On The Road To Paradise: Overcoming Challenges In Costa Rica

costa-rica-bus

By Joe Germinario

When I read on Blue Osa’s “about us” page that the bus was only for experienced travelers or those adequate in the Spanish language I couldn’t help but wonder: could I do it?

I decided that there was only one way to find out.

The first bus was at 8 am. I woke up around 6:30 and packed my bags. I caught a taxi around 7:00 (making sure it was one of the red ones with the yellow triangle) and showed him the directions – Transportes Blanco – Barrio Mexico buses a Puerto Jimenez.

“No ay problema.” He said

We pulled up around 7:30 and even with half an hour to spare the place was packed. Lucky I wasn’t any later!

I took my place in line and before long they opened up.

As they raised the door I could hear a dog barking fiercely. I walked in expecting a beast, instead I found a little guy tied up in the corner. I felt badly, but my tired mind screamed for him to be quiet. We can be our most insensitive when stressed cant we?

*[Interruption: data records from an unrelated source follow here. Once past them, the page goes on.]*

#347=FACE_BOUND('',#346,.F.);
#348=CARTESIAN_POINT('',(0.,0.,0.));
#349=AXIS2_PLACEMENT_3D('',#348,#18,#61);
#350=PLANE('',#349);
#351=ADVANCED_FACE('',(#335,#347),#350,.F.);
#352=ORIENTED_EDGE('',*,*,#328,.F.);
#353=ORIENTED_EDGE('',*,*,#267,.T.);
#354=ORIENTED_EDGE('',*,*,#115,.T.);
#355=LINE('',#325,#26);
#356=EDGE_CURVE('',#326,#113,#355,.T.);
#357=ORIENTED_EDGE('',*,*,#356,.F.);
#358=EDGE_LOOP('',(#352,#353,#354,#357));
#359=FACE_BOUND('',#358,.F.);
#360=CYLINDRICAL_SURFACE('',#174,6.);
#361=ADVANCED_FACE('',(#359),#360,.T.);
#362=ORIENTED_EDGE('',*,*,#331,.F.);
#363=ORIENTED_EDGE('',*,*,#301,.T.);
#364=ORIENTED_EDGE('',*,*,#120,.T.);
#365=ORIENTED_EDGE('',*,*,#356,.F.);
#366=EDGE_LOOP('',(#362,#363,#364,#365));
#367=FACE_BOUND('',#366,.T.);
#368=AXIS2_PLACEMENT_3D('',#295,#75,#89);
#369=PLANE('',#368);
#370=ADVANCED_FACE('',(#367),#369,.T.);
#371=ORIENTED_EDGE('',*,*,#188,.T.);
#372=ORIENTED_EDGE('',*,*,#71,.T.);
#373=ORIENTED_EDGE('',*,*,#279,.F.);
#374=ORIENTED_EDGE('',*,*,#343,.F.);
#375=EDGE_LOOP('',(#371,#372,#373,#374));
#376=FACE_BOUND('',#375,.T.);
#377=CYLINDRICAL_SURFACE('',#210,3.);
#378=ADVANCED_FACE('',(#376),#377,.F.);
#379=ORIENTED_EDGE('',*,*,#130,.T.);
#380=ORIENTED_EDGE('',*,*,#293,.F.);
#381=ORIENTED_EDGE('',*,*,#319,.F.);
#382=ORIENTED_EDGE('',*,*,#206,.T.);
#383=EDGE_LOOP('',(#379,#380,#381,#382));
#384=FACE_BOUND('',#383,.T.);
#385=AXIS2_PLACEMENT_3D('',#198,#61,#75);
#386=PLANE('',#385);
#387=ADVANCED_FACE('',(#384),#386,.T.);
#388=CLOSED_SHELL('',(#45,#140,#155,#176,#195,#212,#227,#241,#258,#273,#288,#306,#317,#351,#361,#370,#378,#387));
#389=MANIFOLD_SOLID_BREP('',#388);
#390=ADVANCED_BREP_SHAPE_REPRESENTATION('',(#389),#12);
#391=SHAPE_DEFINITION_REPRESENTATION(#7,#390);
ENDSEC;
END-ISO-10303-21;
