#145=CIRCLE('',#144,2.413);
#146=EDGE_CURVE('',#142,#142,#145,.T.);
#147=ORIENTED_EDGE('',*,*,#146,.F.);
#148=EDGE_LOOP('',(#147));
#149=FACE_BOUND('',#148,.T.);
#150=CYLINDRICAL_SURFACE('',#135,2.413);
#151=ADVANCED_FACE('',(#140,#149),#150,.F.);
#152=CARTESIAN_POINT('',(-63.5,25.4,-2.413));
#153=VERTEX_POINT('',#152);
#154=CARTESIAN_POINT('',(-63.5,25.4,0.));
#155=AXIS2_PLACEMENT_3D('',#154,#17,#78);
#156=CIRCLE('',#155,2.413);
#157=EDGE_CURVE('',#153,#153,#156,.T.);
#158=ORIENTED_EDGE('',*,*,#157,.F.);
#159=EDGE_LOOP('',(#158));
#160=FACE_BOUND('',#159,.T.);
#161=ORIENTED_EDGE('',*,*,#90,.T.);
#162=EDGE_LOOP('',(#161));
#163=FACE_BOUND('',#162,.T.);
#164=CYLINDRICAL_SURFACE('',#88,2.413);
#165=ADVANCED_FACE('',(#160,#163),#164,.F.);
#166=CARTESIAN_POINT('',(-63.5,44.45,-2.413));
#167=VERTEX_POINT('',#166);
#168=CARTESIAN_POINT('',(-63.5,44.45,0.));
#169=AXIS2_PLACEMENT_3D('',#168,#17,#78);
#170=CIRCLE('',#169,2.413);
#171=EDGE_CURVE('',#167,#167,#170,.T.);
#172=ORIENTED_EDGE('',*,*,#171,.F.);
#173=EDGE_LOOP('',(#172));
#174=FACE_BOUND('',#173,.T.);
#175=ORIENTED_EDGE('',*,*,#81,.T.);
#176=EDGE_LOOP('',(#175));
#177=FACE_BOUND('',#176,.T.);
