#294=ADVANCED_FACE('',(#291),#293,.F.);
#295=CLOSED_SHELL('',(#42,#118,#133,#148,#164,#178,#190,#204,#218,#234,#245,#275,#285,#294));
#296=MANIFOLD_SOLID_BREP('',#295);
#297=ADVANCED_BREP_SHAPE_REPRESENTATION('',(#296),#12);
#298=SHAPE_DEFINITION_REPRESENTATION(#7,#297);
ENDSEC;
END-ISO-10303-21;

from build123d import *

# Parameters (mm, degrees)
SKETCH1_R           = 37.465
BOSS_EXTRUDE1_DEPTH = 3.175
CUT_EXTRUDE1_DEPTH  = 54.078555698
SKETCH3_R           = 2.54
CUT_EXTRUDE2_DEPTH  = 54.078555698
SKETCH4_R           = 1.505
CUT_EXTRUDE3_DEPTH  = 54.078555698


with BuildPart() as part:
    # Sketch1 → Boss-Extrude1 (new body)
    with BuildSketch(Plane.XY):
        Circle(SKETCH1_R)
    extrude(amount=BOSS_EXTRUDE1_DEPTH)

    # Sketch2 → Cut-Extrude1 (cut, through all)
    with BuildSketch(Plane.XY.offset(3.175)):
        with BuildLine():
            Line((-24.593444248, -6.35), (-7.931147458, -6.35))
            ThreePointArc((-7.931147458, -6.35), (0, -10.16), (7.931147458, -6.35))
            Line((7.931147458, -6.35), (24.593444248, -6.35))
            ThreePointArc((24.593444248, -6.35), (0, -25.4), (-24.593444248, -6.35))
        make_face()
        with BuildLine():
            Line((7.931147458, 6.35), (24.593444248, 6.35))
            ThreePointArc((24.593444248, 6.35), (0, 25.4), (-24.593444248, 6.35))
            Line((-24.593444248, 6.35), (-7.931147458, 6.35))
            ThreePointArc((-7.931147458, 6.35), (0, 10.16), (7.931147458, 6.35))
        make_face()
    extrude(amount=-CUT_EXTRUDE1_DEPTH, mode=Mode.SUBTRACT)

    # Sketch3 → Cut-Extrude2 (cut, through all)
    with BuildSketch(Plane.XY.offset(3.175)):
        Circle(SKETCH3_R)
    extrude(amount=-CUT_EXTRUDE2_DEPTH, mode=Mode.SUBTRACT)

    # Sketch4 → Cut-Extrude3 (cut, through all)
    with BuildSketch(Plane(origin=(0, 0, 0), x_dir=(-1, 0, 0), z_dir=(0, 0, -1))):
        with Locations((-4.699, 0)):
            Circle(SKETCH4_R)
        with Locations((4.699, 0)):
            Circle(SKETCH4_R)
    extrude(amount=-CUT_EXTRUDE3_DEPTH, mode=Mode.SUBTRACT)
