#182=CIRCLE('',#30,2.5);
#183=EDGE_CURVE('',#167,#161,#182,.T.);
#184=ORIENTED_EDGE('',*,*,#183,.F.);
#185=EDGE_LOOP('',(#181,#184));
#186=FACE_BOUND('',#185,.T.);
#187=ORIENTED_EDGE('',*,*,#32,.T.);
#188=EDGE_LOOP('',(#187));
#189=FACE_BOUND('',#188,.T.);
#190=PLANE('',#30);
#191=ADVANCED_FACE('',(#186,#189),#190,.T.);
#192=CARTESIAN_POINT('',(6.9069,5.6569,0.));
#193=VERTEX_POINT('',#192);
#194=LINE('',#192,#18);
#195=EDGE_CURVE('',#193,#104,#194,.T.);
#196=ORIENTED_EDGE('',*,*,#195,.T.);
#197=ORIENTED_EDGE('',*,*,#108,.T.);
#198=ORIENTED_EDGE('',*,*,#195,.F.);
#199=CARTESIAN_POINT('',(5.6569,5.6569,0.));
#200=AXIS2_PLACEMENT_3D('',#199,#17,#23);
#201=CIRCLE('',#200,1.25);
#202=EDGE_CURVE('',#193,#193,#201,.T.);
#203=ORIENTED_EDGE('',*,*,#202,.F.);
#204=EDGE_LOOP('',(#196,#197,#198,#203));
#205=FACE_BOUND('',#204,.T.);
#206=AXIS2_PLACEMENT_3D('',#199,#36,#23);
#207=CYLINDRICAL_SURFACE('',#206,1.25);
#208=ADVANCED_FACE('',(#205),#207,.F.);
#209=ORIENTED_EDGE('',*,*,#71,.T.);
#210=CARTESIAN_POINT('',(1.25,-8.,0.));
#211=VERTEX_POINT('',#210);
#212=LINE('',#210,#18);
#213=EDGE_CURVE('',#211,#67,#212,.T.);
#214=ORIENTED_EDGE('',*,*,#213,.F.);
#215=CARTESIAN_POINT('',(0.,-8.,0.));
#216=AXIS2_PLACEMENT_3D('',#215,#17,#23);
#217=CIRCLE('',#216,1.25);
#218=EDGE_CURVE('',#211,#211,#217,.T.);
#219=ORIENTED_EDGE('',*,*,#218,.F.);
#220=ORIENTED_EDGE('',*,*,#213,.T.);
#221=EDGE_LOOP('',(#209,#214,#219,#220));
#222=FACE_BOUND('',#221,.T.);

I was about to zone him out when a local girl with curly yellow hair and two small hula hoops hanging from her jean shorts walked right up to him without hesitation.

“Watch out!” my mind screamed, “he might bi…” but my thoughts were cut short.

He jumped up and started licking her hand wagging his tail ridiculously.

She turned and went back to her place in line, the dog sat and his bark lowered to a whine. Looking at Rama lying by my feet now, I can’t help but think how lucky some of us are.

I moved forward in line, paid the $15 fare and went to find my place.

A little after 8 we were on our way. I sat back and watched as the bus weaved its way through the busy San José streets.

The noise and movement of the city were beating down heavily on my already drowsy head, but as we moved steadily towards the mountains and away from the city the air became fresh and light. Within two hours the air grew thinner and we found ourselves amongst the clouds looking out on lush green mountains.

We moved along for the next 6 hours stopping twice for the bathroom (200 colones to use).

As we closed in on Puerto Jimenez one of the bus workers came around to collect our tickets. Quick tip: don’t lose it. A gentleman sitting next to me had to pay twice.

We pulled up to the station about 20 minutes later. I got my bag down from luggage rack and stepped off the bus. Before I could even take my bearings I heard a friendly voice from behind me, “Joe?” “Yes,” I answered as I turned to see a friendly round face smiling back at me. “Blue Osa,” he said as he pointed to himself.

The friendly gentleman placed my bag in the back of his car and I jumped into the front seat.

“Como te llamas?” I asked

“Nago,” he said

“Mucho Gusto”

I was happy to be on the last leg of my journey and finally able to relax.

Suddenly an elegant bird flew into our path and hopped to the side of the road. Nago slowly brought the car to a stop. There was no rush and so I was grateful. He told me that it was a crested caracara, my first!

We rolled up soon after, Nago unloaded my bag and led me through the entrance. I found myself looking down a stone path lined with pipa cocos. In the distance, through the palms and past Blue Osa’s green field I could see waves crashing white on the sandy shore.

I wasn’t there for a minute before Aaron came to greet me with a friendly handshake and a smile. I was welcomed warmly and felt it.

The birds are now singing a sweet summer song, the ocean breeze is easing me into my wicker chair as I reflect on the road that brought me to paradise.